**WHAT TO WORK ON**
The line containing "e3 v3 v4 LINE" marks the end: quote every line from the start of the records below through it, word for word.
[EXERCISE DATA Boundary: Start]
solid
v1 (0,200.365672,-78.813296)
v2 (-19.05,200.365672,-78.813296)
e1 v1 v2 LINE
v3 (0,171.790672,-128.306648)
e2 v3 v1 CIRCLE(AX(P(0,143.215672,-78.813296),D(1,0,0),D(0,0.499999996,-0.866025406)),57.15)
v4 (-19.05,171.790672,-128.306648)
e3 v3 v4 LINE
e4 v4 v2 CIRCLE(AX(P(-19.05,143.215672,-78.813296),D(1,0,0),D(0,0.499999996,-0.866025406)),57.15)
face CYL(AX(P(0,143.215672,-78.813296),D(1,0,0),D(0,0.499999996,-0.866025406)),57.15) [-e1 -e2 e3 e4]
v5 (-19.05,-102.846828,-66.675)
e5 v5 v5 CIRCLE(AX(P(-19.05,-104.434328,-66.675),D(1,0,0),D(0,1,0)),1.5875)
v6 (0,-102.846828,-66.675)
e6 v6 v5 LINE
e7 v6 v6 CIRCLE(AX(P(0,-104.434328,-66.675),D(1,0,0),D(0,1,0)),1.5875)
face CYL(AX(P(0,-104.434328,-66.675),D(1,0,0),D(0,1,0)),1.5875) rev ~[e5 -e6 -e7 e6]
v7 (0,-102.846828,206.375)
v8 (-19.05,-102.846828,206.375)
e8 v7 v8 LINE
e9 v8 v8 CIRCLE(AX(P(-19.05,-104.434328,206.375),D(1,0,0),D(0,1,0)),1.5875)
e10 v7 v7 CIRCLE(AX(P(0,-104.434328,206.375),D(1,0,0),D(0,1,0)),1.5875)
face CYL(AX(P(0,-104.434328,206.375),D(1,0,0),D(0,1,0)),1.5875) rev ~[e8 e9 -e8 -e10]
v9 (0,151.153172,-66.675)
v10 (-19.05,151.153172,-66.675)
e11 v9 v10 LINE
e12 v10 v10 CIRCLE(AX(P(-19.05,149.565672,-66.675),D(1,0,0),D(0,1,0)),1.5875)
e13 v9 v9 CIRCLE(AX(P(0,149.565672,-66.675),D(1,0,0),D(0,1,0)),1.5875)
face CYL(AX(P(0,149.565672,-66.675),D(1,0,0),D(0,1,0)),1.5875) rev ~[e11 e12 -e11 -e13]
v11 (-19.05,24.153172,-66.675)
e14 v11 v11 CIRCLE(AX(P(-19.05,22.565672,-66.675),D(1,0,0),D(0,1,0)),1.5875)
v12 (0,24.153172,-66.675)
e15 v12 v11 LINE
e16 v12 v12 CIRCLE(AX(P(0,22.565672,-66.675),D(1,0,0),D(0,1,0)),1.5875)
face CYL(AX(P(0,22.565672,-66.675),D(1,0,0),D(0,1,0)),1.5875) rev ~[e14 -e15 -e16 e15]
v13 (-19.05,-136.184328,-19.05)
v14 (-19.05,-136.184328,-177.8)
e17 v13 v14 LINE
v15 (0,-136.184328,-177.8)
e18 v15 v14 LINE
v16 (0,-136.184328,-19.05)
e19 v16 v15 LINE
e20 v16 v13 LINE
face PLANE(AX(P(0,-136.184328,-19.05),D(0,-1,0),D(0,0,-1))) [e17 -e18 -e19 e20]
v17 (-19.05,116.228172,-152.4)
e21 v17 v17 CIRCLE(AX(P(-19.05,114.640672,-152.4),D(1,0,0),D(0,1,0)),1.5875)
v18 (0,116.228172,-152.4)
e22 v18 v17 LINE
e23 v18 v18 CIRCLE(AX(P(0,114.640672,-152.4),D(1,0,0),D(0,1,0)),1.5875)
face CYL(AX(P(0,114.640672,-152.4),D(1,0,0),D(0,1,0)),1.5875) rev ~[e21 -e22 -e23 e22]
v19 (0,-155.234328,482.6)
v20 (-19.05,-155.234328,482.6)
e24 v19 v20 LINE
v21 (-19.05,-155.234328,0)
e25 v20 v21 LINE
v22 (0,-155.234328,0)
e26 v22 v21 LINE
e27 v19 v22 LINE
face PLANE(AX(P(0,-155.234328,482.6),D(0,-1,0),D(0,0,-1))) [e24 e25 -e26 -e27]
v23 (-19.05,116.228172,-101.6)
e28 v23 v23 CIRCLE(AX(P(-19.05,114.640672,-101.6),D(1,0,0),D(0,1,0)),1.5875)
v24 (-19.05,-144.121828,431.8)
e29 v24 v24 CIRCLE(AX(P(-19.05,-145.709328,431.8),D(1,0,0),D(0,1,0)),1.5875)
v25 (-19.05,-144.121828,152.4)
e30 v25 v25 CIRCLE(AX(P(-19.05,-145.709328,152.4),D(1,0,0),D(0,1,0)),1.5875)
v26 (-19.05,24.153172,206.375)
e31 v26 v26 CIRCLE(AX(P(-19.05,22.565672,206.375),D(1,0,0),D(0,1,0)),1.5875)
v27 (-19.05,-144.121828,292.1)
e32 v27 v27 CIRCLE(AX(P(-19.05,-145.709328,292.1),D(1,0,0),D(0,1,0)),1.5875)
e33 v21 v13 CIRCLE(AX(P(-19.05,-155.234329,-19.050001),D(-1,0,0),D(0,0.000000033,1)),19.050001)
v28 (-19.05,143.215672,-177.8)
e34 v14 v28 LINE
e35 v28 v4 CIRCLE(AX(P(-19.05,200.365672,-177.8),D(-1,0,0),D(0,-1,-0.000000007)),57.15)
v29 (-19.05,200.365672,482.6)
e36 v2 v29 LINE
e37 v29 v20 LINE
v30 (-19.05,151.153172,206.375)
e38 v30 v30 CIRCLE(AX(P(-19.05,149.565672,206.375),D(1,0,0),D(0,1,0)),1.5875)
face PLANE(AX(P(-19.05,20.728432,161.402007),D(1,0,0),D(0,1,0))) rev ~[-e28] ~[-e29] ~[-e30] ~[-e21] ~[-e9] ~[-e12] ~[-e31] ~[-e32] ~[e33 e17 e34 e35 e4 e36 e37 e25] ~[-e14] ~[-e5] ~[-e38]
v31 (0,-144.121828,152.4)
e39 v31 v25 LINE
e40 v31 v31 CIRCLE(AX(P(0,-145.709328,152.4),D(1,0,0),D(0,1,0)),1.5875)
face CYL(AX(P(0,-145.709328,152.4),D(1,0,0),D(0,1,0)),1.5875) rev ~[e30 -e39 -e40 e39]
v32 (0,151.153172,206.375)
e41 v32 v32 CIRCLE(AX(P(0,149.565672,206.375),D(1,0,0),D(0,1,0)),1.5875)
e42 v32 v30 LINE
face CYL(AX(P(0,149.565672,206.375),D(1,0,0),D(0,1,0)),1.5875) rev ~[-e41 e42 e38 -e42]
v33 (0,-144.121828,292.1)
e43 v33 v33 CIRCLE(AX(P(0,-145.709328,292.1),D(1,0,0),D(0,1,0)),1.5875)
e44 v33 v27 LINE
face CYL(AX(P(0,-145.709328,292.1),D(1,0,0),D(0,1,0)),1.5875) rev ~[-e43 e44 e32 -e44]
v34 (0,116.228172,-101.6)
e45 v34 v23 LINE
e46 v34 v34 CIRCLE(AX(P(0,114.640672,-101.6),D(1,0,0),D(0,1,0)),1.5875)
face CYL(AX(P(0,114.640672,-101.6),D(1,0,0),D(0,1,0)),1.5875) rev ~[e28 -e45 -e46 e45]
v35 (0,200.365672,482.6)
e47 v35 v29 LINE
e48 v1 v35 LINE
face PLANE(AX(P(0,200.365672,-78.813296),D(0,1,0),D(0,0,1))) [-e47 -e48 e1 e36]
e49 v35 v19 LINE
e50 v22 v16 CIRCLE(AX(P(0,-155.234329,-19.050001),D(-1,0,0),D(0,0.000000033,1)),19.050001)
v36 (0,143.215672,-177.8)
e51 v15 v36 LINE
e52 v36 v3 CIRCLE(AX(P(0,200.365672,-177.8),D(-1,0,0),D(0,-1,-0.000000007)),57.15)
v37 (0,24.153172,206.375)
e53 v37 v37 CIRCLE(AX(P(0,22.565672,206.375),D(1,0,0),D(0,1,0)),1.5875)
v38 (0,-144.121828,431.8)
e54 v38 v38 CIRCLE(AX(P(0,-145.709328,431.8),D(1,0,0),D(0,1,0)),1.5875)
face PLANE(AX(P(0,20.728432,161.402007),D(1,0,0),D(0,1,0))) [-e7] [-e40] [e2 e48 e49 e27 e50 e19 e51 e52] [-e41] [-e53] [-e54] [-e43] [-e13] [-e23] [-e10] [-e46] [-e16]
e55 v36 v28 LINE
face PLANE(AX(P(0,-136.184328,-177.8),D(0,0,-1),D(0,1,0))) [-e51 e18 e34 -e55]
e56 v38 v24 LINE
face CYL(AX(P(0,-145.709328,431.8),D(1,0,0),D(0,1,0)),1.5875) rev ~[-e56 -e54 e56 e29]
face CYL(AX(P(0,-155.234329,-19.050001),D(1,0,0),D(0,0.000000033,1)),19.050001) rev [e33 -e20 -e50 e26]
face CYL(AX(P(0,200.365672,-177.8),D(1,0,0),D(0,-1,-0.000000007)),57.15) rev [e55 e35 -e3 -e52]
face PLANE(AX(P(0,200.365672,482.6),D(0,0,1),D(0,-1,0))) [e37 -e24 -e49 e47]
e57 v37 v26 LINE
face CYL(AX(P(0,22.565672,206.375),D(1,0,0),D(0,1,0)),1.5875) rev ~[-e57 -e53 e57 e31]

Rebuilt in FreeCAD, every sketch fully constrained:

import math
import FreeCAD as App
import Part
import Sketcher
from FreeCAD import Vector
Q = App.Units.Quantity

doc = App.newDocument("Part")
params = doc.addObject("Spreadsheet::Sheet", "Params")
for row, (alias, value) in enumerate([
    ("sketch1_width", "14 in"),
    ("sketch1_width2", "11 in"),
    ("sketch1_height", "19 in"),
    ("sketch1_radius", "0.75 in"),
    ("sketch1_diameter", "0.125 in"),
    ("pad1_length", "0.75 in"),
], start=1):
    params.set(f"A{row}", alias)
    params.set(f"B{row}", "=" + value)
    params.setAlias(f"B{row}", alias)

body = doc.addObject("PartDesign::Body", "Body")

sketch1 = body.newObject("Sketcher::SketchObject", "Sketch")
sketch1.AttachmentSupport = (doc.getObject("YZ_Plane"), [""])
sketch1.MapMode = "FlatFace"
sketch1.addGeometry([
    Part.LineSegment(Vector(200.4, 482.6, 0), Vector(-155.2, 482.6, 0)),
    Part.LineSegment(Vector(-155.2, 482.6, 0), Vector(-155.2, 0, 0)),
    Part.ArcOfCircle(Part.Circle(Vector(-155.2, -19.1, 0), Vector(0, 0, 1), 19.1), math.radians(0), math.radians(90)),
    Part.LineSegment(Vector(-136.2, -19.1, 0), Vector(-136.2, -177.8, 0)),
    Part.LineSegment(Vector(-136.2, -177.8, 0), Vector(143.2, -177.8, 0)),
    Part.ArcOfCircle(Part.Circle(Vector(200.4, -177.8, 0), Vector(0, 0, 1), 57.1), math.radians(120), math.radians(180)),
    Part.ArcOfCircle(Part.Circle(Vector(143.2, -78.8, 0), Vector(0, 0, 1), 57.1), math.radians(-60), math.radians(0)),
    Part.LineSegment(Vector(200.4, -78.8, 0), Vector(200.4, 482.6, 0)),
    Part.Circle(Vector(-104.4, -66.7, 0), Vector(0, 0, 1), 1.6),
    Part.Circle(Vector(22.6, -66.7, 0), Vector(0, 0, 1), 1.6),
    Part.Circle(Vector(114.6, -152.4, 0), Vector(0, 0, 1), 1.6),
    Part.Circle(Vector(114.6, -101.6, 0), Vector(0, 0, 1), 1.6),
    Part.Circle(Vector(149.6, -66.7, 0), Vector(0, 0, 1), 1.6),
    Part.Circle(Vector(-145.7, 152.4, 0), Vector(0, 0, 1), 1.6),
    Part.Circle(Vector(-104.4, 206.4, 0), Vector(0, 0, 1), 1.6),
    Part.Circle(Vector(-145.7, 292.1, 0), Vector(0, 0, 1), 1.6),
    Part.Circle(Vector(-145.7, 431.8, 0), Vector(0, 0, 1), 1.6),
    Part.Circle(Vector(22.6, 206.4, 0), Vector(0, 0, 1), 1.6),
    Part.Circle(Vector(149.6, 206.4, 0), Vector(0, 0, 1), 1.6),
], False)
sketch1.addConstraint([
    Sketcher.Constraint("Coincident", 0, 2, 1, 1),
    Sketcher.Constraint("Coincident", 1, 2, 2, 2),
    Sketcher.Constraint("Tangent", 2, 1, 3, 1),
    Sketcher.Constraint("Coincident", 3, 2, 4, 1),
    Sketcher.Constraint("Coincident", 4, 2, 5, 2),
    Sketcher.Constraint("Tangent", 5, 1, 6, 1),
    Sketcher.Constraint("Tangent", 6, 2, 7, 1),
    Sketcher.Constraint("Coincident", 7, 2, 0, 1),
    Sketcher.Constraint("Horizontal", 0),
    Sketcher.Constraint("Vertical", 1),
    Sketcher.Constraint("Vertical", 3),
    Sketcher.Constraint("Horizontal", 4),
    Sketcher.Constraint("Vertical", 7),
    Sketcher.Constraint("Equal", 5, 6),
    Sketcher.Constraint("Equal", 8, 9),
    Sketcher.Constraint("Equal", 9, 10),
    Sketcher.Constraint("Equal", 10, 11),
    Sketcher.Constraint("Equal", 11, 12),
    Sketcher.Constraint("Equal", 12, 13),
    Sketcher.Constraint("Equal", 13, 14),
    Sketcher.Constraint("Equal", 14, 15),
    Sketcher.Constraint("Equal", 15, 16),
    Sketcher.Constraint("Equal", 16, 17),
    Sketcher.Constraint("Equal", 17, 18),
    Sketcher.Constraint("PointOnObject", 1, 2, -1),
    Sketcher.Constraint("Horizontal", 8, 3, 9, 3),
    Sketcher.Constraint("Horizontal", 9, 3, 12, 3),
    Sketcher.Constraint("Horizontal", 14, 3, 17, 3),
    Sketcher.Constraint("Horizontal", 17, 3, 18, 3),
    Sketcher.Constraint("Horizontal", 5, 3, 3, 2),
    Sketcher.Constraint("Vertical", 10, 3, 11, 3),
    Sketcher.Constraint("Vertical", 8, 3, 14, 3),
    Sketcher.Constraint("Vertical", 13, 3, 15, 3),
    Sketcher.Constraint("Vertical", 15, 3, 16, 3),
    Sketcher.Constraint("Vertical", 9, 3, 17, 3),
    Sketcher.Constraint("Vertical", 12, 3, 18, 3),
    Sketcher.Constraint("Vertical", 2, 3, 0, 2),
    Sketcher.Constraint("Vertical", 6, 3, 4, 2),
    Sketcher.Constraint("DistanceX", 0, 2, 0, 1, Q("14 in")),
    Sketcher.Constraint("DistanceX", 4, 1, 4, 2, Q("11 in")),
    Sketcher.Constraint("DistanceY", 1, 2, 1, 1, Q("19 in")),
    Sketcher.Constraint("Radius", 2, Q("0.75 in")),
    Sketcher.Constraint("Diameter", 8, Q("0.125 in")),
    Sketcher.Constraint("DistanceY", 5, 3, -1, 1, Q("7 in")),
    Sketcher.Constraint("DistanceY", 10, 3, -1, 1, Q("6 in")),
    Sketcher.Constraint("DistanceY", 11, 3, -1, 1, Q("4 in")),
    Sketcher.Constraint("DistanceY", -1, 1, 13, 3, Q("6 in")),
    Sketcher.Constraint("DistanceY", -1, 1, 16, 3, Q("17 in")),
    Sketcher.Constraint("DistanceX", 2, 3, 8, 3, Q("2 in")),
    Sketcher.Constraint("DistanceX", 8, 3, 9, 3, Q("5 in")),
    Sketcher.Constraint("DistanceX", 12, 3, 5, 3, Q("2 in")),
    Sketcher.Constraint("DistanceY", -1, 1, 15, 3, Q("11.5 in")),
    Sketcher.Constraint("DistanceX", 13, 3, 11, 3, Q("10.25 in")),
    Sketcher.Constraint("DistanceY", 8, 3, 14, 3, Q("10.75 in")),
    Sketcher.Constraint("DistanceX", 10, 3, 5, 1, Q("2.25 in")),
    Sketcher.Constraint("DistanceY", 8, 3, -1, 1, Q("2.625 in")),
    Sketcher.Constraint("DistanceX", 2, 3, -1, 1, 155.234329),
])
sketch1.setExpression("Constraints[38]", "Params.sketch1_width")
sketch1.setExpression("Constraints[39]", "Params.sketch1_width2")
sketch1.setExpression("Constraints[40]", "Params.sketch1_height")
sketch1.setExpression("Constraints[41]", "Params.sketch1_radius")
sketch1.setExpression("Constraints[42]", "Params.sketch1_diameter")
pad1 = body.newObject("PartDesign::Pad", "Pad")
pad1.Profile = sketch1
pad1.setExpression("Length", "Params.pad1_length")
pad1.Reversed = True

doc.recompute()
[EXERCISE DATA Boundary: End]
**RESPONSE TO THE EXERCISE**
solid
v1 (0,200.365672,-78.813296)
v2 (-19.05,200.365672,-78.813296)
e1 v1 v2 LINE
v3 (0,171.790672,-128.306648)
e2 v3 v1 CIRCLE(AX(P(0,143.215672,-78.813296),D(1,0,0),D(0,0.499999996,-0.866025406)),57.15)
v4 (-19.05,171.790672,-128.306648)
e3 v3 v4 LINE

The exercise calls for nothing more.